Definitely looking forward to our new direction. We've had a "haunted house" in the driveway for the past 9 years and it has become a community "go to" spot on Halloween. So many people tell us that they come here every year and have been doing so when their kids were small and are now in their teens or grown. I mentioned last year that we're seeing a refreshing uptick in the number of families with children and far fewer groups of rowdy teens. We think having the walk through haunt drew this type of crowd so shifting gears a few years ago was a good move. The condensed layout will be just as detailed with some well placed scares, just a lot less work for us in terms of set-up, tear down and storage.
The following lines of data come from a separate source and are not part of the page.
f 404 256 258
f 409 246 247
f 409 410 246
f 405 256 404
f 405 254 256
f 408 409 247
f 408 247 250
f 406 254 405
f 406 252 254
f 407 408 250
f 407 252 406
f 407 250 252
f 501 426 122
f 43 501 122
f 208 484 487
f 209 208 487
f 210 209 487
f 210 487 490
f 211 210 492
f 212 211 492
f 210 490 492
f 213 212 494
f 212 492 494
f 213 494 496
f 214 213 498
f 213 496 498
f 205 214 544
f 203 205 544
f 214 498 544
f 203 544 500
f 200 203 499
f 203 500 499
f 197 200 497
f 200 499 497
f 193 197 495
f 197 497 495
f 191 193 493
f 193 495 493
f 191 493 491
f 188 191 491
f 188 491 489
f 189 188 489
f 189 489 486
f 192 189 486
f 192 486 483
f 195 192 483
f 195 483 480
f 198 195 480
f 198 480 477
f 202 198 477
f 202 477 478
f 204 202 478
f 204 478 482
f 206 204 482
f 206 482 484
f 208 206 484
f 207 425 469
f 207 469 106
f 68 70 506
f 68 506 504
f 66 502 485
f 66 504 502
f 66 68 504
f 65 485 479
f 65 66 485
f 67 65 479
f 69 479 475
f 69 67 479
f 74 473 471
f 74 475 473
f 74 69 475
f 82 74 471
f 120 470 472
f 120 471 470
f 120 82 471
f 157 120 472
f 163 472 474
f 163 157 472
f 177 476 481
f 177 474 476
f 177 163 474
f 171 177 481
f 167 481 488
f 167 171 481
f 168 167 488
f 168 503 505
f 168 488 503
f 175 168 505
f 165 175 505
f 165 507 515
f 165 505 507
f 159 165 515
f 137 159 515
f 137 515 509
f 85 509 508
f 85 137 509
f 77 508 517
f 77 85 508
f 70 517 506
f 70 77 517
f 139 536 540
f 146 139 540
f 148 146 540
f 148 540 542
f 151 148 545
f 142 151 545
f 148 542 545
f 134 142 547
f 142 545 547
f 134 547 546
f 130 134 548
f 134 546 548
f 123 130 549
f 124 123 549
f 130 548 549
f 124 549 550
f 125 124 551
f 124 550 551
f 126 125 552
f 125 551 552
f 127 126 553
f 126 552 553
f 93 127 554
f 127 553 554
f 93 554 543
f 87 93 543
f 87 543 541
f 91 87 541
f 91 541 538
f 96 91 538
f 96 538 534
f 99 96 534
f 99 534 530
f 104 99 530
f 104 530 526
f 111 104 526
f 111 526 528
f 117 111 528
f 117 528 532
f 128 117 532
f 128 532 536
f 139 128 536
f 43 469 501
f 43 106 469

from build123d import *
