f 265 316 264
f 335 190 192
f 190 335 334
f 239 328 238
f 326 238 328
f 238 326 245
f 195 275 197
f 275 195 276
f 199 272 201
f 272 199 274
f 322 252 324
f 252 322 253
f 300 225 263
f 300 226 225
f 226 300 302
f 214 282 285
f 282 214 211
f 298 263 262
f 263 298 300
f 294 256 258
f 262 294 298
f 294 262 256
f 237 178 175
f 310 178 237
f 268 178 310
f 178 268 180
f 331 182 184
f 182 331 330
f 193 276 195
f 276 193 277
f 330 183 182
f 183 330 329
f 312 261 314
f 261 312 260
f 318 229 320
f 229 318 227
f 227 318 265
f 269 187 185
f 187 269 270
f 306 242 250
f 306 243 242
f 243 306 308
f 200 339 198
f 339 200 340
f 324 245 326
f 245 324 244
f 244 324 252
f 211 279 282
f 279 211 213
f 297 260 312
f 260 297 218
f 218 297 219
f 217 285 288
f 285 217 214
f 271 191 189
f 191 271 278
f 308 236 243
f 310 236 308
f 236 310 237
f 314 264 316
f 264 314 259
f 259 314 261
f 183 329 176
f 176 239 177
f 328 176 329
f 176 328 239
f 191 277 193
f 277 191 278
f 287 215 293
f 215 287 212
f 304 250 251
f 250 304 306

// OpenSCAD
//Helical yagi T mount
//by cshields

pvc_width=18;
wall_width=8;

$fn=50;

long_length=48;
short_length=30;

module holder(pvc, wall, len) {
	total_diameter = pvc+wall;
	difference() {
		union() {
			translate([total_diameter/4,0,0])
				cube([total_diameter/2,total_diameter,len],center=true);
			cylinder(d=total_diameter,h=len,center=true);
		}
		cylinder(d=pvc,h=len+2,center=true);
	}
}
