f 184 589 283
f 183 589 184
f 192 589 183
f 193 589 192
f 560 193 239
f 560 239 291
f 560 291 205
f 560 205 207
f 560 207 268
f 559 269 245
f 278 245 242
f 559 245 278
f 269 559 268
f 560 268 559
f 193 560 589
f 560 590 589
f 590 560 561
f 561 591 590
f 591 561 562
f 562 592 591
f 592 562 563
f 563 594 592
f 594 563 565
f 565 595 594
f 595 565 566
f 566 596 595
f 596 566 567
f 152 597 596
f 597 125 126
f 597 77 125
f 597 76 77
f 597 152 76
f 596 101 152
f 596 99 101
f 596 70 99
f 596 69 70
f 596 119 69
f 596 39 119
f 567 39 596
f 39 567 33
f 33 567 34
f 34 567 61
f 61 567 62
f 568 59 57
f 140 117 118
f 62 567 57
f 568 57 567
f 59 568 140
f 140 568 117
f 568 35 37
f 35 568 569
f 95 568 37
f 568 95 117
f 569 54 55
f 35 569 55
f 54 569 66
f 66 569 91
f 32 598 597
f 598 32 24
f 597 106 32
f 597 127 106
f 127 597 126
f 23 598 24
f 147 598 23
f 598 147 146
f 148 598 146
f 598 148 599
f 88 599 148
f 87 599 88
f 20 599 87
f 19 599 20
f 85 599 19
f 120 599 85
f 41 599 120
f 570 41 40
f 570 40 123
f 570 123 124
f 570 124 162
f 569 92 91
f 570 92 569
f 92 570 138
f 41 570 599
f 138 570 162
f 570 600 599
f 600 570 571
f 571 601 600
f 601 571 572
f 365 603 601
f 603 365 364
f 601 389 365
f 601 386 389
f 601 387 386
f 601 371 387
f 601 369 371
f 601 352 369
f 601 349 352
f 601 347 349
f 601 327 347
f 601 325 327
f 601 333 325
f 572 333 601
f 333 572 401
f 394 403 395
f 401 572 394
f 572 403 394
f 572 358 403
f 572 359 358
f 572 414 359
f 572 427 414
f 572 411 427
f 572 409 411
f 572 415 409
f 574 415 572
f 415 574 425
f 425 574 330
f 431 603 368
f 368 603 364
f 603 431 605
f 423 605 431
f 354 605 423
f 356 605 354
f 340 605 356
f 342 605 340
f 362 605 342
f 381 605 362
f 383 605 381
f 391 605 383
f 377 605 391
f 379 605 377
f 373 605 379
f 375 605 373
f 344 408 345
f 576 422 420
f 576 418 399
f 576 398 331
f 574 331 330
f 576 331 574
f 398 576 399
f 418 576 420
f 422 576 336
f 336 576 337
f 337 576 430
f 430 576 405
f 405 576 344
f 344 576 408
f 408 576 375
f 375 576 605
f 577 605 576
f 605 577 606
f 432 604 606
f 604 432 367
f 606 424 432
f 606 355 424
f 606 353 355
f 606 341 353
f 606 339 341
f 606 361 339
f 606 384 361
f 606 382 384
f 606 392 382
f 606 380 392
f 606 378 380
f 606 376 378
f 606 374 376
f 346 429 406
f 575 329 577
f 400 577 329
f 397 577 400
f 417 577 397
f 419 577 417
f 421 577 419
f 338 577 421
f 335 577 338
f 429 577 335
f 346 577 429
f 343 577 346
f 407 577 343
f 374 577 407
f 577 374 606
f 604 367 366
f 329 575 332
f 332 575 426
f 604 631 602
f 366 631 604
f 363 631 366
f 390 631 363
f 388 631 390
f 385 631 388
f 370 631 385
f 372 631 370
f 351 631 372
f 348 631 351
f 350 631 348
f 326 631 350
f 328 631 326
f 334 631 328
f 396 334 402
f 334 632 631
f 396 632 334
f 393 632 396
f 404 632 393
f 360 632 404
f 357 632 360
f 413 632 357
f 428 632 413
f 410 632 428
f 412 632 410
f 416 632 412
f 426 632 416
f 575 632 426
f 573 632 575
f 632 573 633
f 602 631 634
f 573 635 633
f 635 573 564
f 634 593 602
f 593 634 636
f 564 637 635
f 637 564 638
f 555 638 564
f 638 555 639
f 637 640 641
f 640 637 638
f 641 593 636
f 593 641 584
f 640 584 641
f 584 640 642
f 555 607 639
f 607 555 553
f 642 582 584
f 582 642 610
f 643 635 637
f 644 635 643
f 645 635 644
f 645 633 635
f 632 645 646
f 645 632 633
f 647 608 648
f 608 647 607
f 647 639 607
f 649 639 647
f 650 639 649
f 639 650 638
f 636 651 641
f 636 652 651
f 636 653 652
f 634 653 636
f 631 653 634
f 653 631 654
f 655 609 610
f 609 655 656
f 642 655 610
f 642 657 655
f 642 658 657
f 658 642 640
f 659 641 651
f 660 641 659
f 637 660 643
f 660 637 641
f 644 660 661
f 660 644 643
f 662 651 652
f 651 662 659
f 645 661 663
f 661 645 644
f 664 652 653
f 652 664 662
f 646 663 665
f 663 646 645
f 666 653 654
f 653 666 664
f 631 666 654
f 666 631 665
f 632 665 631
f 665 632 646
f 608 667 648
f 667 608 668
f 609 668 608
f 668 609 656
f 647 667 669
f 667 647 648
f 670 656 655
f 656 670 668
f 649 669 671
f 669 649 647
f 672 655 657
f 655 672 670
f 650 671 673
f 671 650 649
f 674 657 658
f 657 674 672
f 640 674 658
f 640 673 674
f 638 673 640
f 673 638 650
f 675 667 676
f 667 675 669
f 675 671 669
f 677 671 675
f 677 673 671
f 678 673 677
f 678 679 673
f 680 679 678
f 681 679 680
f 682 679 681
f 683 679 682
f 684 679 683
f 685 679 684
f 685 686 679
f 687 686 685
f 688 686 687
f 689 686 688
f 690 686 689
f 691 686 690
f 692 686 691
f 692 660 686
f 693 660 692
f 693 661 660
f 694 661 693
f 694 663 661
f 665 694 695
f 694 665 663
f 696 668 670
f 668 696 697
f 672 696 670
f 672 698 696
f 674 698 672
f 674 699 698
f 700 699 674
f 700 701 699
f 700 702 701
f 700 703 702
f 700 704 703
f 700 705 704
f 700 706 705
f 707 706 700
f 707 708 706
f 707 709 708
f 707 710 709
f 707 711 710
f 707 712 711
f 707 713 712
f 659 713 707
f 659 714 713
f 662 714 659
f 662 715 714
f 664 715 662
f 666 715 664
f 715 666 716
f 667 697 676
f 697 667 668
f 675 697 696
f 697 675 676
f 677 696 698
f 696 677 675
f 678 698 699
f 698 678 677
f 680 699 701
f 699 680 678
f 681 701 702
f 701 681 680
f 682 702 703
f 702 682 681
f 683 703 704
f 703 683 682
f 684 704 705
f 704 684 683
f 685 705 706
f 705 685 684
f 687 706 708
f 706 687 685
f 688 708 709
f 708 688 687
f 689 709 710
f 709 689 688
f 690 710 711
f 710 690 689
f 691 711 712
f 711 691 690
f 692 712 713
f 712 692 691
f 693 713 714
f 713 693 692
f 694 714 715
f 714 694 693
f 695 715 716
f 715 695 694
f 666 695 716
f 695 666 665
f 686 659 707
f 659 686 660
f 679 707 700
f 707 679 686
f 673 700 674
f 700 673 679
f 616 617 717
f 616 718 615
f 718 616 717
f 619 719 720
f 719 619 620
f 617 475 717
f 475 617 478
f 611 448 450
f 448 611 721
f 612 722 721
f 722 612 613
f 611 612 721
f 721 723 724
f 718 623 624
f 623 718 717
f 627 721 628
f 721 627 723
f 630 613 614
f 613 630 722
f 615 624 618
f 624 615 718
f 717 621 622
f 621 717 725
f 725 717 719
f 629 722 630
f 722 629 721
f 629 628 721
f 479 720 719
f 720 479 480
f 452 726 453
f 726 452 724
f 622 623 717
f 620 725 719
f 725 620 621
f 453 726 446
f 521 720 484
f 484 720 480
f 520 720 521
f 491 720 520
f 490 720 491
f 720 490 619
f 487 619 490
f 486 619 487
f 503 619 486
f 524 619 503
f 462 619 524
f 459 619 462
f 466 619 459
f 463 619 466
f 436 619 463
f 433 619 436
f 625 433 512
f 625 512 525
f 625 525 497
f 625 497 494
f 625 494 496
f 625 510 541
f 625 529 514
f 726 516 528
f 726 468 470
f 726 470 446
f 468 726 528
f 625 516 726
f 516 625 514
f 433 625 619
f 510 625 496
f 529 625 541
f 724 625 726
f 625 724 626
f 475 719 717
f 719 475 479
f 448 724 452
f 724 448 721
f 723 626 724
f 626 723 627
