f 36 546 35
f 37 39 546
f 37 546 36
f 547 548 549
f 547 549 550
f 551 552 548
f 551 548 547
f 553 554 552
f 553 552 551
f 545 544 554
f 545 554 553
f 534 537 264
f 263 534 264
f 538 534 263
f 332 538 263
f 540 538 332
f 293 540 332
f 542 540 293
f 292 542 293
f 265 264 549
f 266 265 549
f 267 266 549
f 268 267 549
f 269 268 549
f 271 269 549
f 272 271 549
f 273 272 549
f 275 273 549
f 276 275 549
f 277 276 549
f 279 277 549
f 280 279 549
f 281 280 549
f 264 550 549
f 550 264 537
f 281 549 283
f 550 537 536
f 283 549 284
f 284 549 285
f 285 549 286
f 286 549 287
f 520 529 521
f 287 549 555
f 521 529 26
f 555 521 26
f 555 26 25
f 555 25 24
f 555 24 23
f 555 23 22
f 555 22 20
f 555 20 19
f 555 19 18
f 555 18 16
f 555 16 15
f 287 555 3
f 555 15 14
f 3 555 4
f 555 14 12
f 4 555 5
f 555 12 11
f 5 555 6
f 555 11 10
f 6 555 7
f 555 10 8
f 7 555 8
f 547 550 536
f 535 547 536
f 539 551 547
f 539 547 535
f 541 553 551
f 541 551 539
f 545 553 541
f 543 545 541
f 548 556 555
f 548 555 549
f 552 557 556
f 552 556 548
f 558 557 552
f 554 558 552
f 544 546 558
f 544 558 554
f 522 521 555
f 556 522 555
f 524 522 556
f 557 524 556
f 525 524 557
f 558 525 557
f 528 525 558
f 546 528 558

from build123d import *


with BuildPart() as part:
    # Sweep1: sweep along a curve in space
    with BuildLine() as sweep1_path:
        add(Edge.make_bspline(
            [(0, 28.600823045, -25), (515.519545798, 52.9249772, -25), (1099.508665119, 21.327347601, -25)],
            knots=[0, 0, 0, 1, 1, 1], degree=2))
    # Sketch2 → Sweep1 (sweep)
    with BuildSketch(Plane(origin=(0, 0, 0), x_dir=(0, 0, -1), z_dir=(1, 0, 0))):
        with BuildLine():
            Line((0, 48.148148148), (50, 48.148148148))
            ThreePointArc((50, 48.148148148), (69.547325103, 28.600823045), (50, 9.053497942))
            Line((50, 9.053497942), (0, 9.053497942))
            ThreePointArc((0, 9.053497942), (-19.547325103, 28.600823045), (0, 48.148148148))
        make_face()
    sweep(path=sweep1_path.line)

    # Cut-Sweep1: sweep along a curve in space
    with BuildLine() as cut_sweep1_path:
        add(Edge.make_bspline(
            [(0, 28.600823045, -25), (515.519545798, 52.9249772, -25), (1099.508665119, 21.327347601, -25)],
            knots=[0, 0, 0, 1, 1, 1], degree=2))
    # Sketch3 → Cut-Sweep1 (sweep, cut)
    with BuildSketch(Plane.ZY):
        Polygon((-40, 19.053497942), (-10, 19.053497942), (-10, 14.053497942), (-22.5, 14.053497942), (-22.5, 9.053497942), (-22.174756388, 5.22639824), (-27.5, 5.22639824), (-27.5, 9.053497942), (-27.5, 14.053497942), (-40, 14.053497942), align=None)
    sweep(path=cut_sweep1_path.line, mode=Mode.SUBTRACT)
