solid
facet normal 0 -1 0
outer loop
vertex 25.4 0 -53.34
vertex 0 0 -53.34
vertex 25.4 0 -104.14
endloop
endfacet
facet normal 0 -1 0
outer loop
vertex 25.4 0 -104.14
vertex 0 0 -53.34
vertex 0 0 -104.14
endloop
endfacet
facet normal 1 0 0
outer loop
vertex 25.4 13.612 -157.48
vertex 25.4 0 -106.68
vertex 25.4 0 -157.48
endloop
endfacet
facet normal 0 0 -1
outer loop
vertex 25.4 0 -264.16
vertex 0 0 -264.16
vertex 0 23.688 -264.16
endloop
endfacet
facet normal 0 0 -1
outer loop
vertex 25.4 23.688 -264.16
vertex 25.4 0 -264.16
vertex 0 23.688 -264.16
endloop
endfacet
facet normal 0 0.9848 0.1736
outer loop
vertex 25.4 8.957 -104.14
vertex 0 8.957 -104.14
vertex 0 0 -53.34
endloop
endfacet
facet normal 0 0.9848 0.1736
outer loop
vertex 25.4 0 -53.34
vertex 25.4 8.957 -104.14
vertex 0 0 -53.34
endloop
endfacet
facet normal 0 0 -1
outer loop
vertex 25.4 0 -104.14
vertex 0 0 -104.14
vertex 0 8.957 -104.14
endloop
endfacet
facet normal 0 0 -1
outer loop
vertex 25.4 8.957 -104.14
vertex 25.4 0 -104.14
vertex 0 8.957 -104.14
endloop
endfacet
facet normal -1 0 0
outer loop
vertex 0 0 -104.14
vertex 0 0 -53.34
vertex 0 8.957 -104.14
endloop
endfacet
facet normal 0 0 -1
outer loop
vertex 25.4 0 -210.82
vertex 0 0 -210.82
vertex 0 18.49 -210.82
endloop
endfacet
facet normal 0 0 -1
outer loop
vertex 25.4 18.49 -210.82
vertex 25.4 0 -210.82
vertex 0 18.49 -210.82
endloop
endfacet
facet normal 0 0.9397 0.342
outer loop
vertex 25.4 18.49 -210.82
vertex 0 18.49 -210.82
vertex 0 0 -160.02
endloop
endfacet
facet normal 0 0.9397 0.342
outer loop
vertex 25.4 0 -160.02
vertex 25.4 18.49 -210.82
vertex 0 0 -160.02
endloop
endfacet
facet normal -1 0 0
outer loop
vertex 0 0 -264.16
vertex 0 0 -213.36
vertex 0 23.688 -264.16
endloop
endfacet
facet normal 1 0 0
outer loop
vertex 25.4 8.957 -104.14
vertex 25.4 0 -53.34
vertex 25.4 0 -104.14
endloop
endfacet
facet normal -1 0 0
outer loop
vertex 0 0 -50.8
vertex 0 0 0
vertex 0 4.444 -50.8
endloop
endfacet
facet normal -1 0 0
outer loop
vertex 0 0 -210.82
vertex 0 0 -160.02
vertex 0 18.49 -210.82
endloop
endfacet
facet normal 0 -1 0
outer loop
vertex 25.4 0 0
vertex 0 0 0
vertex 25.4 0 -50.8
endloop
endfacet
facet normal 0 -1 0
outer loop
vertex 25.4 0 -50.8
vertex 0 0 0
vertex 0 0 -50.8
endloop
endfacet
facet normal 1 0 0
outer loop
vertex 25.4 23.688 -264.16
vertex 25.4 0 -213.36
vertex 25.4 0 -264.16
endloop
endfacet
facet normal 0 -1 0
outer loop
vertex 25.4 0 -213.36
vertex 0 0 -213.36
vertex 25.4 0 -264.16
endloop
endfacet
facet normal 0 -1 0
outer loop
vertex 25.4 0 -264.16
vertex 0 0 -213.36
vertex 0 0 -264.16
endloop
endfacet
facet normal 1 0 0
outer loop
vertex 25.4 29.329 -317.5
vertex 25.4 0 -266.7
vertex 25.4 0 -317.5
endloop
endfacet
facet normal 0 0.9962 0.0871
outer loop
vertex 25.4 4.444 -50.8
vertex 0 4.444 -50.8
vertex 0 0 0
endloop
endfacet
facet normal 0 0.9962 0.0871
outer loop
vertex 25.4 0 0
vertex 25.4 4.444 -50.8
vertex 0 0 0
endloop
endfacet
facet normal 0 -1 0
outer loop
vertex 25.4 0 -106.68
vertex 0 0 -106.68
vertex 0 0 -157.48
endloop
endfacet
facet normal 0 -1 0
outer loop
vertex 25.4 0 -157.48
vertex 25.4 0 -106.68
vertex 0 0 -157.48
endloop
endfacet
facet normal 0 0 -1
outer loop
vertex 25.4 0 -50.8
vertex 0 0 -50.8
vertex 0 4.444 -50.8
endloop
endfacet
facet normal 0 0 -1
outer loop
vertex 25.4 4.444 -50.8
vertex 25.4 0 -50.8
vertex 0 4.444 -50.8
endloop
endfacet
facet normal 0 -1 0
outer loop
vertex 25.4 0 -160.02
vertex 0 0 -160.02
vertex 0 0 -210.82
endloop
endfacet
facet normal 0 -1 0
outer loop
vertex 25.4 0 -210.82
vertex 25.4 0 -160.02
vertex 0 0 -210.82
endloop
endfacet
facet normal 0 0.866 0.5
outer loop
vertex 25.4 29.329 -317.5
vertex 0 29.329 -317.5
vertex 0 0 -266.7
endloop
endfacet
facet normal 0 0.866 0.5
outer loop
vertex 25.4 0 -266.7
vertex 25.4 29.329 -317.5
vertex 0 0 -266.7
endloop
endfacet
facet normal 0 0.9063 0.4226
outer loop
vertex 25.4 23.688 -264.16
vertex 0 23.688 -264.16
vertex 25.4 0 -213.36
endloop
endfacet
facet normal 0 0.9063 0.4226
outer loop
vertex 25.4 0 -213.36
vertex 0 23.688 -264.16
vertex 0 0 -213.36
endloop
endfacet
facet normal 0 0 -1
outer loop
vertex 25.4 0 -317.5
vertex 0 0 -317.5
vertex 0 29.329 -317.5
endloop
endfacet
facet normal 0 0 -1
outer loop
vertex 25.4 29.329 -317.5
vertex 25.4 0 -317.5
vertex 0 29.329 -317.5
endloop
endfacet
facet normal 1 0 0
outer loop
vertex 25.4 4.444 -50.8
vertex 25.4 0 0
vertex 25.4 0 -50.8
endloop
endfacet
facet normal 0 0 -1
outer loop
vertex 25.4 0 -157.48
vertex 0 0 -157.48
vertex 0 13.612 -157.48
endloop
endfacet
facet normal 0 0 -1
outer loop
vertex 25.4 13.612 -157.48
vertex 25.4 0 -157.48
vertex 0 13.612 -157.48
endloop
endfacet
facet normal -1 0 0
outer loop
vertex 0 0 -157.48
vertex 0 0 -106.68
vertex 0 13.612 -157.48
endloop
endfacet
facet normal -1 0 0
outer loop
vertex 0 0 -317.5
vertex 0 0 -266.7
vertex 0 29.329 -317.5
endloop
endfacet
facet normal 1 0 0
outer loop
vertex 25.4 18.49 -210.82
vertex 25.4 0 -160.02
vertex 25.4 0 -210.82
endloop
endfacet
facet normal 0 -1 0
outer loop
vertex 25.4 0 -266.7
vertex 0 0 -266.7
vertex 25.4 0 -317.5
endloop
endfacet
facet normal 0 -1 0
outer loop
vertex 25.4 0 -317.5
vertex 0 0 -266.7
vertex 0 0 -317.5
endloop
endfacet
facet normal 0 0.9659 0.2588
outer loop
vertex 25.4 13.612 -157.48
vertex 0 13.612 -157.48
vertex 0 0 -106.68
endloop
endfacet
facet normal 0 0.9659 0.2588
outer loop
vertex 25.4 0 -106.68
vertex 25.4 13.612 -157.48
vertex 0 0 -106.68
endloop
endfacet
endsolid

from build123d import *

# Parameters (mm, degrees)
BOSS_EXTRUDE1_DEPTH   = 25.4
BOSS_EXTRUDE1_2_DEPTH = 25.4
BOSS_EXTRUDE1_3_DEPTH = 25.4
BOSS_EXTRUDE1_4_DEPTH = 25.4
BOSS_EXTRUDE1_5_DEPTH = 25.4
BOSS_EXTRUDE1_6_DEPTH = 25.4


with BuildPart() as part:
    # Sketch1 → Boss-Extrude1 (new body)
    with BuildSketch(Plane(origin=(0, 0, 0), x_dir=(0, 0, -1), z_dir=(1, 0, 0))):
        Polygon((0, 0), (50.8, 0), (50.8, 4.444424107), align=None)
    extrude(amount=BOSS_EXTRUDE1_DEPTH)


with BuildPart() as body_2:
    # Sketch1 → Boss-Extrude1 2 (new body)
    with BuildSketch(Plane(origin=(0, 0, 0), x_dir=(0, 0, -1), z_dir=(1, 0, 0))):
        Polygon((53.34, 0), (104.14, 0), (104.14, 8.95741062), align=None)
    extrude(amount=BOSS_EXTRUDE1_2_DEPTH)


with BuildPart() as body_3:
    # Sketch1 → Boss-Extrude1 3 (new body)
    with BuildSketch(Plane(origin=(0, 0, 0), x_dir=(0, 0, -1), z_dir=(1, 0, 0))):
        Polygon((106.68, 0), (157.48, 0), (157.48, 13.611818976), align=None)
    extrude(amount=BOSS_EXTRUDE1_3_DEPTH)


with BuildPart() as body_4:
    # Sketch1 → Boss-Extrude1 4 (new body)
    with BuildSketch(Plane(origin=(0, 0, 0), x_dir=(0, 0, -1), z_dir=(1, 0, 0))):
        Polygon((160.02, 0), (210.82, 0), (210.82, 18.489687901), align=None)
    extrude(amount=BOSS_EXTRUDE1_4_DEPTH)


with BuildPart() as body_5:
    # Sketch1 → Boss-Extrude1 5 (new body)
    with BuildSketch(Plane(origin=(0, 0, 0), x_dir=(0, 0, -1), z_dir=(1, 0, 0))):
        Polygon((213.36, 0), (264.16, 0), (264.16, 23.688429034), align=None)
    extrude(amount=BOSS_EXTRUDE1_5_DEPTH)


with BuildPart() as body_6:
    # Sketch1 → Boss-Extrude1 6 (new body)
    with BuildSketch(Plane(origin=(0, 0, 0), x_dir=(0, 0, -1), z_dir=(1, 0, 0))):
        Polygon((266.7, 0), (317.5, 0), (317.5, 29.329393675), align=None)
    extrude(amount=BOSS_EXTRUDE1_6_DEPTH)


solid = Compound([part.part, body_2.part, body_3.part, body_4.part, body_5.part, body_6.part])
Excited to see how it unfolds and of course, haunting with lewlew is just too much fun!!


----------



## jdubbya (Nov 6, 2005)

PrettyGhoul said:


> Just absolutely, mind boggling fantastic!!! I wish to someday see your haunt in person, I would love that!! 🎃 🎃 🎃
> 
> I tend to watch over and over again...noticing all those fantastic details you put in....like the violet plume on your horse. Just so wonderful and every year! 🎃 Thank you for sharing.


Thanks PG! You're welcome to visit us any time you want! We've often said that the little details go unnoticed by most. This was particularly true when we did the walk through haunt. We'd spend hours detailing the heck out of a room or scene but people were so focused on just running through and getting scared that they didn't pay attention. A few observant folks would comment on some of the things we did but that was about it. With a display only haunt, visitors tend to pay closer attention to the things we have done; the candles, bats in the trees, the cat on the hearse seat, moss and vines that we apply to the facade, and yes, the funeral plume on the horse! Next year's theme will be traditional Halloween but with some dark overtones. We're planning a really cool feature in the driveway that will be scary but entertaining, and we'll be ramping up the queue line interaction as well. Should be a lot of fun!


----------